Preserving a View: Landscape, Labor, and Industry at Frederic Church’s Olana
Taylor Rossini, WPAMC ’24
On our Northern Field Studies trip, we visited Olana, an Orientalist fantasia nestled along the Hudson River that served as the country home and studio of landscape painter Frederic Edwin Church. The property and its contents have remained remarkably intact from the Church family’s residence there, in large part due to the herculean efforts of art historian David Huntington beginning in the 1960s. While the house and its furnishings, which include a significant body of Church’s own work, are a no-brainer in terms of preservation, the house is only one facet of Church’s holistic vision for the property. Considered by Church scholar Franklin Kelly to be the artist’s “last great work,” embarked upon when severe arthritis forced him to eschew painting for other media, the Olana grounds constitute a remarkable achievement in landscape design and terraforming. The central area of the grounds to Church’s vision for the property have ensured their preservation, but a more complex preservation question arises in the form of the Olana viewshed—the carefully crafted sight lines that formed an integral part of Church’s vision, many of which include natural features and property beyond Olana’s jurisdiction. How can a view be preserved?

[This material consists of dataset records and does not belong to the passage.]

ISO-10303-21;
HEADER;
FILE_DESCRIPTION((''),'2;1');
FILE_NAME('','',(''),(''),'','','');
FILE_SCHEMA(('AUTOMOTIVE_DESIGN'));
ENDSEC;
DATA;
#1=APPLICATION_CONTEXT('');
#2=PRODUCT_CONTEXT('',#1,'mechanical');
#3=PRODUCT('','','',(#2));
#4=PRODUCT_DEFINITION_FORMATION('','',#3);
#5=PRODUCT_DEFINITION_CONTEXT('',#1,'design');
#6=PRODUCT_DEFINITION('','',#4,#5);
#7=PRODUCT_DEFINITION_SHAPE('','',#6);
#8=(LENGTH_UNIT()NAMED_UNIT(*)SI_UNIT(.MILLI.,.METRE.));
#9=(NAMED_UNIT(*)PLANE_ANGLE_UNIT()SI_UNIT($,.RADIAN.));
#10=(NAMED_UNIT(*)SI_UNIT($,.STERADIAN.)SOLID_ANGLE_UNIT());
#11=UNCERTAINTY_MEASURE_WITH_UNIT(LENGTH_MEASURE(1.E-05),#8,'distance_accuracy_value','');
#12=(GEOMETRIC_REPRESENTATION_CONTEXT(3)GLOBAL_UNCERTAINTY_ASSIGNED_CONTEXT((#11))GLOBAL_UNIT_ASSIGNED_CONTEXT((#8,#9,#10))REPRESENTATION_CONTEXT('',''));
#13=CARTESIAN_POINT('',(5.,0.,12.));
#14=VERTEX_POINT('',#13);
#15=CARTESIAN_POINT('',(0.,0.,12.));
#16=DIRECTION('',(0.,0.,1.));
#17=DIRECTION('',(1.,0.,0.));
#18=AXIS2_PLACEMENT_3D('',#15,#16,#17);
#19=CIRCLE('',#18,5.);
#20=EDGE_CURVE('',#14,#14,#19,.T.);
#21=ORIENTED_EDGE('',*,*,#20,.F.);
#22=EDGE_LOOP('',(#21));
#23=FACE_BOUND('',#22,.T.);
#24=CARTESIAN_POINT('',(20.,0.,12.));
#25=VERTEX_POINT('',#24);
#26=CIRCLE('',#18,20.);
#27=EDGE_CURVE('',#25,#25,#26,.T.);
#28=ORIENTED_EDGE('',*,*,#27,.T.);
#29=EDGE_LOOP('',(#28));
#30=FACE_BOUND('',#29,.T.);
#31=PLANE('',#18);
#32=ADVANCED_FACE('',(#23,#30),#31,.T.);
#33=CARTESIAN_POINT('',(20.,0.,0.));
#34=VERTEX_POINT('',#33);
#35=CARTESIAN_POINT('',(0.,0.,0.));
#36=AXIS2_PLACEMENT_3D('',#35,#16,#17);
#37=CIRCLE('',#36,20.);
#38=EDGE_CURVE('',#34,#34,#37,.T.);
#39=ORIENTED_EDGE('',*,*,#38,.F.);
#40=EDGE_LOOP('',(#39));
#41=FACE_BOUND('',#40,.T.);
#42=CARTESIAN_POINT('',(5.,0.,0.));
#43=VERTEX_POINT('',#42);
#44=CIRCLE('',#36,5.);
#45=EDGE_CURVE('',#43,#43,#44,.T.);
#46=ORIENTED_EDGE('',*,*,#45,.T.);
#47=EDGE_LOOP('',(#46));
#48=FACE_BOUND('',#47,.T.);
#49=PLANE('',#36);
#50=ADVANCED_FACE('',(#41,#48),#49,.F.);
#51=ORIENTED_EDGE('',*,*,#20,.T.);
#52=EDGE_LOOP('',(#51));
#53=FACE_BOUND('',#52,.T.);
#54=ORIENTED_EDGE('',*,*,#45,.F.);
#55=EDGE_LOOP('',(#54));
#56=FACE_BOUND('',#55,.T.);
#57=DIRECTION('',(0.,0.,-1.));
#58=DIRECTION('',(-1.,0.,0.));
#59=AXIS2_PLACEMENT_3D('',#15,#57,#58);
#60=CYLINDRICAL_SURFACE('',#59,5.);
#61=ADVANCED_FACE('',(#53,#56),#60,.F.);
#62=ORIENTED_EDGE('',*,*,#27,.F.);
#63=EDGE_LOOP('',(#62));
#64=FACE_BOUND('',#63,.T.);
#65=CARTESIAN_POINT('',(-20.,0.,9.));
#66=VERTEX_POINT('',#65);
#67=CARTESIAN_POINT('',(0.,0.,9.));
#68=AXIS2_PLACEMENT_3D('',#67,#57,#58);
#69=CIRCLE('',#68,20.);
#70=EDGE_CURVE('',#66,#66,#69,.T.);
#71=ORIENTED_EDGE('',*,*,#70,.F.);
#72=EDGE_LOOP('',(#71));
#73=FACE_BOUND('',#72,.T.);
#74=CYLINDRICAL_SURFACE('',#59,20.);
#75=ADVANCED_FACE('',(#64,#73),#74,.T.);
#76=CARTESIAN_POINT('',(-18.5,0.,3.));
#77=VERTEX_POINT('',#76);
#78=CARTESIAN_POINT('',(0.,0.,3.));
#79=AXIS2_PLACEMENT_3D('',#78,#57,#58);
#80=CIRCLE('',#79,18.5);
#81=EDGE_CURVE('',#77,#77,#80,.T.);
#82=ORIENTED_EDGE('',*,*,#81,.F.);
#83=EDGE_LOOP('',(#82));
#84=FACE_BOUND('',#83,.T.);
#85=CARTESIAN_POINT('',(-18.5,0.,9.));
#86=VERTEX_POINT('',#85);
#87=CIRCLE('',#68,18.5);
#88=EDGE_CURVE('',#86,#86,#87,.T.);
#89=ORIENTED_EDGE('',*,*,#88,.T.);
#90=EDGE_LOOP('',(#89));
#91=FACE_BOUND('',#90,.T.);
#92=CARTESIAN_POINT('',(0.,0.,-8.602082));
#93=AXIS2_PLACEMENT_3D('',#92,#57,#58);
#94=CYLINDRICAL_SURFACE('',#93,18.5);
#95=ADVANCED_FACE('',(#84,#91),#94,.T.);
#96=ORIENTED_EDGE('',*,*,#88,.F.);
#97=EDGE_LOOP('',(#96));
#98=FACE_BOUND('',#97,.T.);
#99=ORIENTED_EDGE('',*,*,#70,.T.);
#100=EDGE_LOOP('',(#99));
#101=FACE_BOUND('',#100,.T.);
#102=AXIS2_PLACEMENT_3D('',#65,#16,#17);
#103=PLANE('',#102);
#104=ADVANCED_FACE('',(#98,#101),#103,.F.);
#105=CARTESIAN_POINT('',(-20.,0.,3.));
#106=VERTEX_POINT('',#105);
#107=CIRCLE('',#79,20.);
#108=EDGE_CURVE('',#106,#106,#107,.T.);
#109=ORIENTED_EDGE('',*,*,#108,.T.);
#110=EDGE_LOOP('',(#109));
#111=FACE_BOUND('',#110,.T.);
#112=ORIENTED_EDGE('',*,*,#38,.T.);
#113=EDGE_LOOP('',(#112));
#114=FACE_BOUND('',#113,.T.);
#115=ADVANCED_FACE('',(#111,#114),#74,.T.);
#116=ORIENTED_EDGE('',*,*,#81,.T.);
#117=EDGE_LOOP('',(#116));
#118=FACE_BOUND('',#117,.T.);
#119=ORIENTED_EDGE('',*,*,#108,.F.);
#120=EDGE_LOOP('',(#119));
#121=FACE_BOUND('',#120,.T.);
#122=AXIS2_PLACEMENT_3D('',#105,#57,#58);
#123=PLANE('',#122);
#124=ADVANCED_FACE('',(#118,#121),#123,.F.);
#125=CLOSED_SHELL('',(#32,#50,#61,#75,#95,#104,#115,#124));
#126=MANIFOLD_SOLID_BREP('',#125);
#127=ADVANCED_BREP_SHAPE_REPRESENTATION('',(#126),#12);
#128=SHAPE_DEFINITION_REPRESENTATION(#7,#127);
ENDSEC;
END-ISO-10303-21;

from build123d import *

# Parameters (mm, degrees)
SKETCH1_R           = 20
SKETCH1_R_2         = 5
BOSS_EXTRUDE1_DEPTH = 12
SKETCH2_W           = 1.5
SKETCH2_H           = 6


with BuildPart() as part:
    # Sketch1 → Boss-Extrude1 (new body)
    with BuildSketch(Plane.XY):
        Circle(SKETCH1_R)
        Circle(SKETCH1_R_2, mode=Mode.SUBTRACT)
    extrude(amount=BOSS_EXTRUDE1_DEPTH)

    # Sketch2 → Cut-Revolve1 (revolve, cut)
    with BuildSketch(Plane(origin=(0, 0, 0), x_dir=(1, 0, 0), z_dir=(0, 1, 0))):
        with Locations((-19.25, -6)):
            Rectangle(SKETCH2_W, SKETCH2_H)
    revolve(axis=Axis((0, 0, -8.60208194), (0, 0, 1)), mode=Mode.SUBTRACT)


solid = part.part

The Olana viewshed currently holds landmark status. A historic marker erected by the nonprofit Scenic Hudson reads:
Olana Viewshed
This landscape made famous by Hudson River School painter Frederic E. Church 1826-1900.
Protected by the Scenic Hudson Land Trust
with funding from the Lila Acheson & Dewitt Wallace fund for the Hudson Highlands
The viewshed has achieved its landmark status not simply due to its natural beauty, but because of its integral relationship to Church’s artistic practice. The landscape provided a constant muse for the artist’s work in landscape painting, but, furthermore, played a crucial role in the immersive aesthetic experience offered by Olana. In the 1880s, physically unable to paint, Church shifted his medium of choice from canvas to the lands around him. Having built a career on immersive panoramas, Church now constructed in three-dimensions the views he had spent so long representing in two. He remarked in a letter to a friend, “I can make more and better landscapes in this way than by tampering with canvas and paint in the Studio.”

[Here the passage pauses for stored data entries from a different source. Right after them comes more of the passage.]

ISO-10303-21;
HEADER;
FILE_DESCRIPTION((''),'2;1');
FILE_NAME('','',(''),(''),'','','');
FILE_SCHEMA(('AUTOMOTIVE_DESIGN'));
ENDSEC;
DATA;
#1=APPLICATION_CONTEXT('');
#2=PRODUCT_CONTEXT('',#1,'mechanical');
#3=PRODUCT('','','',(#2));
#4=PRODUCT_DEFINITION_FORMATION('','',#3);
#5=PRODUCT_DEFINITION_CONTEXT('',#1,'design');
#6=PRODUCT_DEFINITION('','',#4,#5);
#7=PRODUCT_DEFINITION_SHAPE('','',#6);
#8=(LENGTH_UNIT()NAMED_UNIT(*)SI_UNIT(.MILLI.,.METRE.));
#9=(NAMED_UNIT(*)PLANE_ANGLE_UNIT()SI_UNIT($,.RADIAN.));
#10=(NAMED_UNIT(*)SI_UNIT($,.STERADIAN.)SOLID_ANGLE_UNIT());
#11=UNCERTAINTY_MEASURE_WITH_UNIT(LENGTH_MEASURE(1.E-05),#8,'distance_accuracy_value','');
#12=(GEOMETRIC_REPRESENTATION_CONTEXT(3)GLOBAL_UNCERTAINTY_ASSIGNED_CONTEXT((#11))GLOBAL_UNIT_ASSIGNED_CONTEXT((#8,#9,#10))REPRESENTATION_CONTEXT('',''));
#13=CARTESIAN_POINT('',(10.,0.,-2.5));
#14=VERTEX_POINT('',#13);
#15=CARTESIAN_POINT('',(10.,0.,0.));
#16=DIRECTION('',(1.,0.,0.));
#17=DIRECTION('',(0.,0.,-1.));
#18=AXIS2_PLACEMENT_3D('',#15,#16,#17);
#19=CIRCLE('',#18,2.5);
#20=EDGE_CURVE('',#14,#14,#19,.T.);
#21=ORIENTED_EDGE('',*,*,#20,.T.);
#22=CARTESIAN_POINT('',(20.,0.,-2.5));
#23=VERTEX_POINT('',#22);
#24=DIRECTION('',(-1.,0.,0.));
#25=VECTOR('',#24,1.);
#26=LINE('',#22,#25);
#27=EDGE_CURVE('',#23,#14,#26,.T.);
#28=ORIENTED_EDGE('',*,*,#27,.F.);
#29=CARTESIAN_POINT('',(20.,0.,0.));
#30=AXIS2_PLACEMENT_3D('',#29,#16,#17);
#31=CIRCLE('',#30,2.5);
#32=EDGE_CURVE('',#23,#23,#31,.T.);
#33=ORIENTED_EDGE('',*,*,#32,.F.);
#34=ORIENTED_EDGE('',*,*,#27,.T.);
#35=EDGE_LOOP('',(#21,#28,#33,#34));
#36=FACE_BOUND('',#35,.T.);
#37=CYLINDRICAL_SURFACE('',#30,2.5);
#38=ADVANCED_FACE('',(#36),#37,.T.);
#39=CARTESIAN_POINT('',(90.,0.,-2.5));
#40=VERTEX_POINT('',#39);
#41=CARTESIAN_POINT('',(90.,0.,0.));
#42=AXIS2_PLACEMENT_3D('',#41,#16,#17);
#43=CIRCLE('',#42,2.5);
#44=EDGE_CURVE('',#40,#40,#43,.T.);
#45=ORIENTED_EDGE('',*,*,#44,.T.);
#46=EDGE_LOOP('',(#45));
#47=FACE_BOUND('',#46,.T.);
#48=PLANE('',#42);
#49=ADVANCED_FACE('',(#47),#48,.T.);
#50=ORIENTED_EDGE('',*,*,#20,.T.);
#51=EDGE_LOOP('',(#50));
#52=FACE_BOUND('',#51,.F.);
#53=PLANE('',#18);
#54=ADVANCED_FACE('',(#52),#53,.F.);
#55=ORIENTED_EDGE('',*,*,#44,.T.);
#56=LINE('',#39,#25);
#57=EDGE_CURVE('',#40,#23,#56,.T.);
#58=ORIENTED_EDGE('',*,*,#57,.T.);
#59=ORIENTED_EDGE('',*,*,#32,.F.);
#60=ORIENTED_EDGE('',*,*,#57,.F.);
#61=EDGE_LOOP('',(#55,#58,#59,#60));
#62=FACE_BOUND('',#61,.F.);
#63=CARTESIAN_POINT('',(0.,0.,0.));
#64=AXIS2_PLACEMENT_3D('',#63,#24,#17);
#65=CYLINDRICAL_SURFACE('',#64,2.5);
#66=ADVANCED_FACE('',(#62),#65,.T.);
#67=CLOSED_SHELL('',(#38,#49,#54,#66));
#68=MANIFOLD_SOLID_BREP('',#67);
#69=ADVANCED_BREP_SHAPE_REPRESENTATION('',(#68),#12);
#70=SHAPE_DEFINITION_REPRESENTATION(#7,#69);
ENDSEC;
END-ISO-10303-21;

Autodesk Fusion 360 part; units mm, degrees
sketch "Sketch1" plane through (0, 0, 0) normal (0, 0, 1) x (1, 0, 0)
sketch "Sketch2" plane through (0, 0, 0) normal (1, 0, 0) x (0, 0, -1)
  circle A0 centre (0, 0) radius 2.5
  dimension "d1" = 5
extrude "Extrude1" add sketch "Sketch2" along normal blind 70
extrude "Extrude2" add 1 faces at (70, 0.2321, 0.8863) along direction (1, 0, 0) blind 20
extrude "Extrude3" cut 1 faces at (0, 0.2321, 0.8863) along direction (1, 0, 0) blind 10
extrude "Extrude4" cut 1 faces at (10, 0.2321, 0.8863) along direction (1, 0, 0) blind 10
extrude "Extrude5" add 1 faces at (20, 0.2321, 0.8863) along direction (-1, 0, 0) blind 10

Church composed his landscape as he would structure one of his paintings, creating a foreground, middleground, and background for each view. The creation of a pictorialized, naturalistic landscape involved huge physical intervention into the existing landscape, including the addition of working and non-working farms, winding roads, orchards, woodlands, and an artificial lake. In short, it took enormous effort and resources to make Olana’s natural landscape look like Church’s “nature.” The language used by curators and scholars to describe this effort emphasizes Church’s hand and agency in the process of pictorializing his grounds—he “composed” landscapes, both in paint and in life.
Centering Church’s vision and even, rhetorically, his hand in the creation of the Olana landscape obscures the bodies that embarked upon this herculean effort of terraforming, which certainly did not include the elderly Church’s. As yet, there appears to have been little investigation into who performed this labor, but it is important to understand that the Olana grounds are not only a facet of Church’s artistic practice, but also a physical record of labor elided by a master narrative of eccentric genius.

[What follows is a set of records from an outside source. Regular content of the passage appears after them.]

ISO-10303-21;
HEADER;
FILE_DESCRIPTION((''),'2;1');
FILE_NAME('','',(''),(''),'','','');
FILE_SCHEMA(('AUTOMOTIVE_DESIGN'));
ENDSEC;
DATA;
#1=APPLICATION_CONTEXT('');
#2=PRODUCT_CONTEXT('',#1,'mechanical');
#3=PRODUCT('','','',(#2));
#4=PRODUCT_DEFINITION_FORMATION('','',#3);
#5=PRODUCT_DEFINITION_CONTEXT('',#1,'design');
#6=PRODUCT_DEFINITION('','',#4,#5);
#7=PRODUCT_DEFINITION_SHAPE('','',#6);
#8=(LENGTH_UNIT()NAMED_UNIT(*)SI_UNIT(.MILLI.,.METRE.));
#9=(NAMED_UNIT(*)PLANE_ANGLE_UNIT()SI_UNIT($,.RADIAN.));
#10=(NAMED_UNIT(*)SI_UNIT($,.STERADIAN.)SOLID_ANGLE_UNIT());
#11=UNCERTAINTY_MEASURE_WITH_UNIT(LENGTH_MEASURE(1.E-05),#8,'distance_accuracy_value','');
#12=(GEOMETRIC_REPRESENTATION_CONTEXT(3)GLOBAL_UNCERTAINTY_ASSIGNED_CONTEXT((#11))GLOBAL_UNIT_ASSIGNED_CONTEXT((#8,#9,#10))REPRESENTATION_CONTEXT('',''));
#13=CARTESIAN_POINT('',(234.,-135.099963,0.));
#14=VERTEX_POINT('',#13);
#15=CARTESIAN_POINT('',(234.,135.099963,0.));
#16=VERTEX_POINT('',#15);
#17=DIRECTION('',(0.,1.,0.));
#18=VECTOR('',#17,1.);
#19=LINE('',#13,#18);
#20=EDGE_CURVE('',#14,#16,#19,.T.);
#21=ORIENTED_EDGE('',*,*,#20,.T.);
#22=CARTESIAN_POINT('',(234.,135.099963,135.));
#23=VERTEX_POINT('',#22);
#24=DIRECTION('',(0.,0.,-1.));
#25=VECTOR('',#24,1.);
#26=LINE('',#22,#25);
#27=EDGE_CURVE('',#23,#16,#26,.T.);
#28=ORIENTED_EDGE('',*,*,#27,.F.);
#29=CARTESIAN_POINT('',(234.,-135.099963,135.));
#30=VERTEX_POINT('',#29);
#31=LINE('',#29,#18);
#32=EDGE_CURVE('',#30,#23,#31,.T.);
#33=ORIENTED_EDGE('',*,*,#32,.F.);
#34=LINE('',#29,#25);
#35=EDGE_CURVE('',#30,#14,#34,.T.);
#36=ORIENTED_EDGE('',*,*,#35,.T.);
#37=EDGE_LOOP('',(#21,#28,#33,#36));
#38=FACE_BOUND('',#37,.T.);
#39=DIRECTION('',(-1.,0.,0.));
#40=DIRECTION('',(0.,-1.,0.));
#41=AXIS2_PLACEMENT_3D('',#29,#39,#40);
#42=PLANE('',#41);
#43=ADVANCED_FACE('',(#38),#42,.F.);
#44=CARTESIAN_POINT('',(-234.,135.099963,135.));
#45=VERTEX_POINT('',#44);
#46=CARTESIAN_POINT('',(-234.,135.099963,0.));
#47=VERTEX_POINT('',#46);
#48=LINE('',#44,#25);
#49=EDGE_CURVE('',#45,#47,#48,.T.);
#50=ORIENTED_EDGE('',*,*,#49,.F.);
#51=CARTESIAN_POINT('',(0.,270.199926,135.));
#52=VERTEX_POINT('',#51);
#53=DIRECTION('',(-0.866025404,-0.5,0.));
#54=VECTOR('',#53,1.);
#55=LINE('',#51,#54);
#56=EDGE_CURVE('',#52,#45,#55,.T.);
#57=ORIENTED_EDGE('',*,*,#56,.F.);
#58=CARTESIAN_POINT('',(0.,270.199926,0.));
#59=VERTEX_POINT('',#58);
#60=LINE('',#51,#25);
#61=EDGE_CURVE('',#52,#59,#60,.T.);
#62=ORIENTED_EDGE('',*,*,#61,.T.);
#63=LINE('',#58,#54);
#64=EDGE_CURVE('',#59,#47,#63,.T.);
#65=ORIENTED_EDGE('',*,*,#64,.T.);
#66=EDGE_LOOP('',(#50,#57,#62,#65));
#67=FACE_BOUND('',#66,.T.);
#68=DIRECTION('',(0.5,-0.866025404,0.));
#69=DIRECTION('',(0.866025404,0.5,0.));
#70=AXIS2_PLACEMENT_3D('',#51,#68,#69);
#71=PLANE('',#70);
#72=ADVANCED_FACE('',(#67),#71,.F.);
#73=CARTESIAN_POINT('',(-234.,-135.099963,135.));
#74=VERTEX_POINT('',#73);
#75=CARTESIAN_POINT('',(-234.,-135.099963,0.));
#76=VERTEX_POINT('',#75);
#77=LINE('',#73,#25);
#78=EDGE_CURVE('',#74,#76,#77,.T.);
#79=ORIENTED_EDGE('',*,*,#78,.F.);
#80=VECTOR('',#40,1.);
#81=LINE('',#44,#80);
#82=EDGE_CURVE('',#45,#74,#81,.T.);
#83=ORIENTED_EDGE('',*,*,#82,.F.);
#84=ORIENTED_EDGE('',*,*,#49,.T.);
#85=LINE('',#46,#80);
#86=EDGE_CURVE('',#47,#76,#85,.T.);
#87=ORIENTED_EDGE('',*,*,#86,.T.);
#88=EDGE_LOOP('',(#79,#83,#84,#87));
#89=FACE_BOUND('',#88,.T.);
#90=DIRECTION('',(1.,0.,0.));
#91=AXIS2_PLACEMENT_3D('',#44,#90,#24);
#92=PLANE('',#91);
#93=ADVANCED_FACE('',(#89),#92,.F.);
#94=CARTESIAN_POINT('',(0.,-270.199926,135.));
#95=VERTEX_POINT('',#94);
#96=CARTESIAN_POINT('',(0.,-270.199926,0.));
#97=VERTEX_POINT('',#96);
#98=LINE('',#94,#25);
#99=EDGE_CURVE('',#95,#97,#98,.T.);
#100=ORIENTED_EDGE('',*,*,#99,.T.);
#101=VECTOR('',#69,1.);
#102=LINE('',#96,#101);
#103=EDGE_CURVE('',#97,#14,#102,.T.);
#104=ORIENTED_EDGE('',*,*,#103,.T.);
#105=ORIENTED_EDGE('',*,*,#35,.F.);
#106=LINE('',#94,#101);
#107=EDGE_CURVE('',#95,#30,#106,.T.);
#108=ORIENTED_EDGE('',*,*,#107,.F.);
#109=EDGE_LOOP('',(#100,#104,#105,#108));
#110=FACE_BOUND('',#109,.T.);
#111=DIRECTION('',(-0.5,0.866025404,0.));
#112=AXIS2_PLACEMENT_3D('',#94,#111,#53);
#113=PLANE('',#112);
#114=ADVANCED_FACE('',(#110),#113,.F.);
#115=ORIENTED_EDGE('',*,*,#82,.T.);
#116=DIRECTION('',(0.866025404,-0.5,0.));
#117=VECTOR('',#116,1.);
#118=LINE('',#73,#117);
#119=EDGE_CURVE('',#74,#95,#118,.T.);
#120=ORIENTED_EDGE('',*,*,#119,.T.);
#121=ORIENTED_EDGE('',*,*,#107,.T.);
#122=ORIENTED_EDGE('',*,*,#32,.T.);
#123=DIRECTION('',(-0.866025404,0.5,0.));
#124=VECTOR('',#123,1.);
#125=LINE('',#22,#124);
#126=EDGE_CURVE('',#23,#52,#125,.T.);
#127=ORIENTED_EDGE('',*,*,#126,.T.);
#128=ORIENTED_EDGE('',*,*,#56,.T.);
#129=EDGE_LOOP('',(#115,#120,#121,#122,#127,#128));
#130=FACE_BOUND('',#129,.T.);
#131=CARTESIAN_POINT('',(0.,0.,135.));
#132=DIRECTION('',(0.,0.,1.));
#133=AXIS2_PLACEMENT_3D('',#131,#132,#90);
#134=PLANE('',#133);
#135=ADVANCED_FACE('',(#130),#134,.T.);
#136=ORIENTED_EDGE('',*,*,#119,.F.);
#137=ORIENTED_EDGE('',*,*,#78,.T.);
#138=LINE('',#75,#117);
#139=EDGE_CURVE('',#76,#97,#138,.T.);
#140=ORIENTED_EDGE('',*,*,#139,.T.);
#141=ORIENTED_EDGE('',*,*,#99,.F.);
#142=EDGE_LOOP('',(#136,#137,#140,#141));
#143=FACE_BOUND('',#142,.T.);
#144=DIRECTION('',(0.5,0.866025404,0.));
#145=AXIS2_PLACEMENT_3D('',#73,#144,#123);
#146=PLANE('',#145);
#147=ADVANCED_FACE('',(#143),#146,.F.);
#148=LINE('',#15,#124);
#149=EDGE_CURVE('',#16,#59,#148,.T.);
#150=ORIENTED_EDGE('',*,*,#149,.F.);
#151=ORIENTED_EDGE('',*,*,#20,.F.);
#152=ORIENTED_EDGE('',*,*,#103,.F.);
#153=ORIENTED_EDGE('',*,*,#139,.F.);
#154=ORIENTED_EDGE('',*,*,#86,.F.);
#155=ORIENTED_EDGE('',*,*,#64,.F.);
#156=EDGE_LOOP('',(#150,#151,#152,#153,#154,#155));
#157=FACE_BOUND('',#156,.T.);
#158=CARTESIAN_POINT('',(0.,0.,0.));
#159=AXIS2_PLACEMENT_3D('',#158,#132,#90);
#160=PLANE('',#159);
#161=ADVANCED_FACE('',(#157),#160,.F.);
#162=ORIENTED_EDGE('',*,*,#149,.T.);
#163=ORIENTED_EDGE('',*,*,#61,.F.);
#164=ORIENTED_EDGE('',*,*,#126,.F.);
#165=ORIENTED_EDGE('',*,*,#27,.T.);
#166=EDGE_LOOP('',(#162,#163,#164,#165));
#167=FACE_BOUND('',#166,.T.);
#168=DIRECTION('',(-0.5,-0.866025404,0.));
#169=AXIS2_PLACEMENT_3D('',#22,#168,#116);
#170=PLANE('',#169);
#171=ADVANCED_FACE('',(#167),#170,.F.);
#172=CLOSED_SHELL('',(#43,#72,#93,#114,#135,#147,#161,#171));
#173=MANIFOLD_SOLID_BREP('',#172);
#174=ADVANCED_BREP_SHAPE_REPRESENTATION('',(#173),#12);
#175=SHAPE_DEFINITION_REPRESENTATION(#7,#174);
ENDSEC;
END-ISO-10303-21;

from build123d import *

# Parameters (mm, degrees)
BOSS_EXTRUDE1_DEPTH = 135


with BuildPart() as part:
    # Sketch4 → Boss-Extrude1 (new body)
    with BuildSketch(Plane.XY):
        Polygon((0, -270.199925981), (234, -135.09996299), (234, 135.09996299), (0, 270.199925981), (-234, 135.09996299), (-234, -135.09996299), align=None)
    extrude(amount=BOSS_EXTRUDE1_DEPTH)


solid = part.part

The ugly realities of labor in the landscape continue to dog the Church property. The Olana viewshed has on several occasions become a flashpoint for local debates about industrial development. In 2005, a proposal to build a cement plant on the east bank of the Hudson River was struck down by the state administration on grounds of, among other complaints, infringement upon scenic vistas. The plant, proposed by the Canadian company St. Lawrence Cement, would have included a 40-story smokestack and a two-mile-long conveyor system to move materials along the waterfront. New York Secretary of State Randy A. Daniels noted in his 20-page decision that the plant would mar, specifically, the sweeping views from Olana. Almost thirty years earlier, a Church painting in Olana’s collection, View of the Hudson River Valley in Winter from Olana, was even brought forward as evidence in court to recommend the denial of a construction license for a proposed nuclear power plant. Both debates speak to the enduring centrality of Church’s vision to local identity.
The Olana viewshed remains today a sprawling, yet intangible piece of cultural heritage. The myriad of nonprofits, both cultural and environmental, that steward these historic sightlines find themselves up against the same trudge of industrial development that Church sought to eliminate from his landscapes, both painted and designed. Today, over a century after Church’s death, the Rip Van Winkle bridge, erected across the Hudson River in 1935 to connect the towns of Hudson and Catskill, represents one of the few industrial “intrusions” into his painstakingly constructed landscape, a testament to the viewshed’s enduring and incontrovertible status as a piece of North American cultural heritage.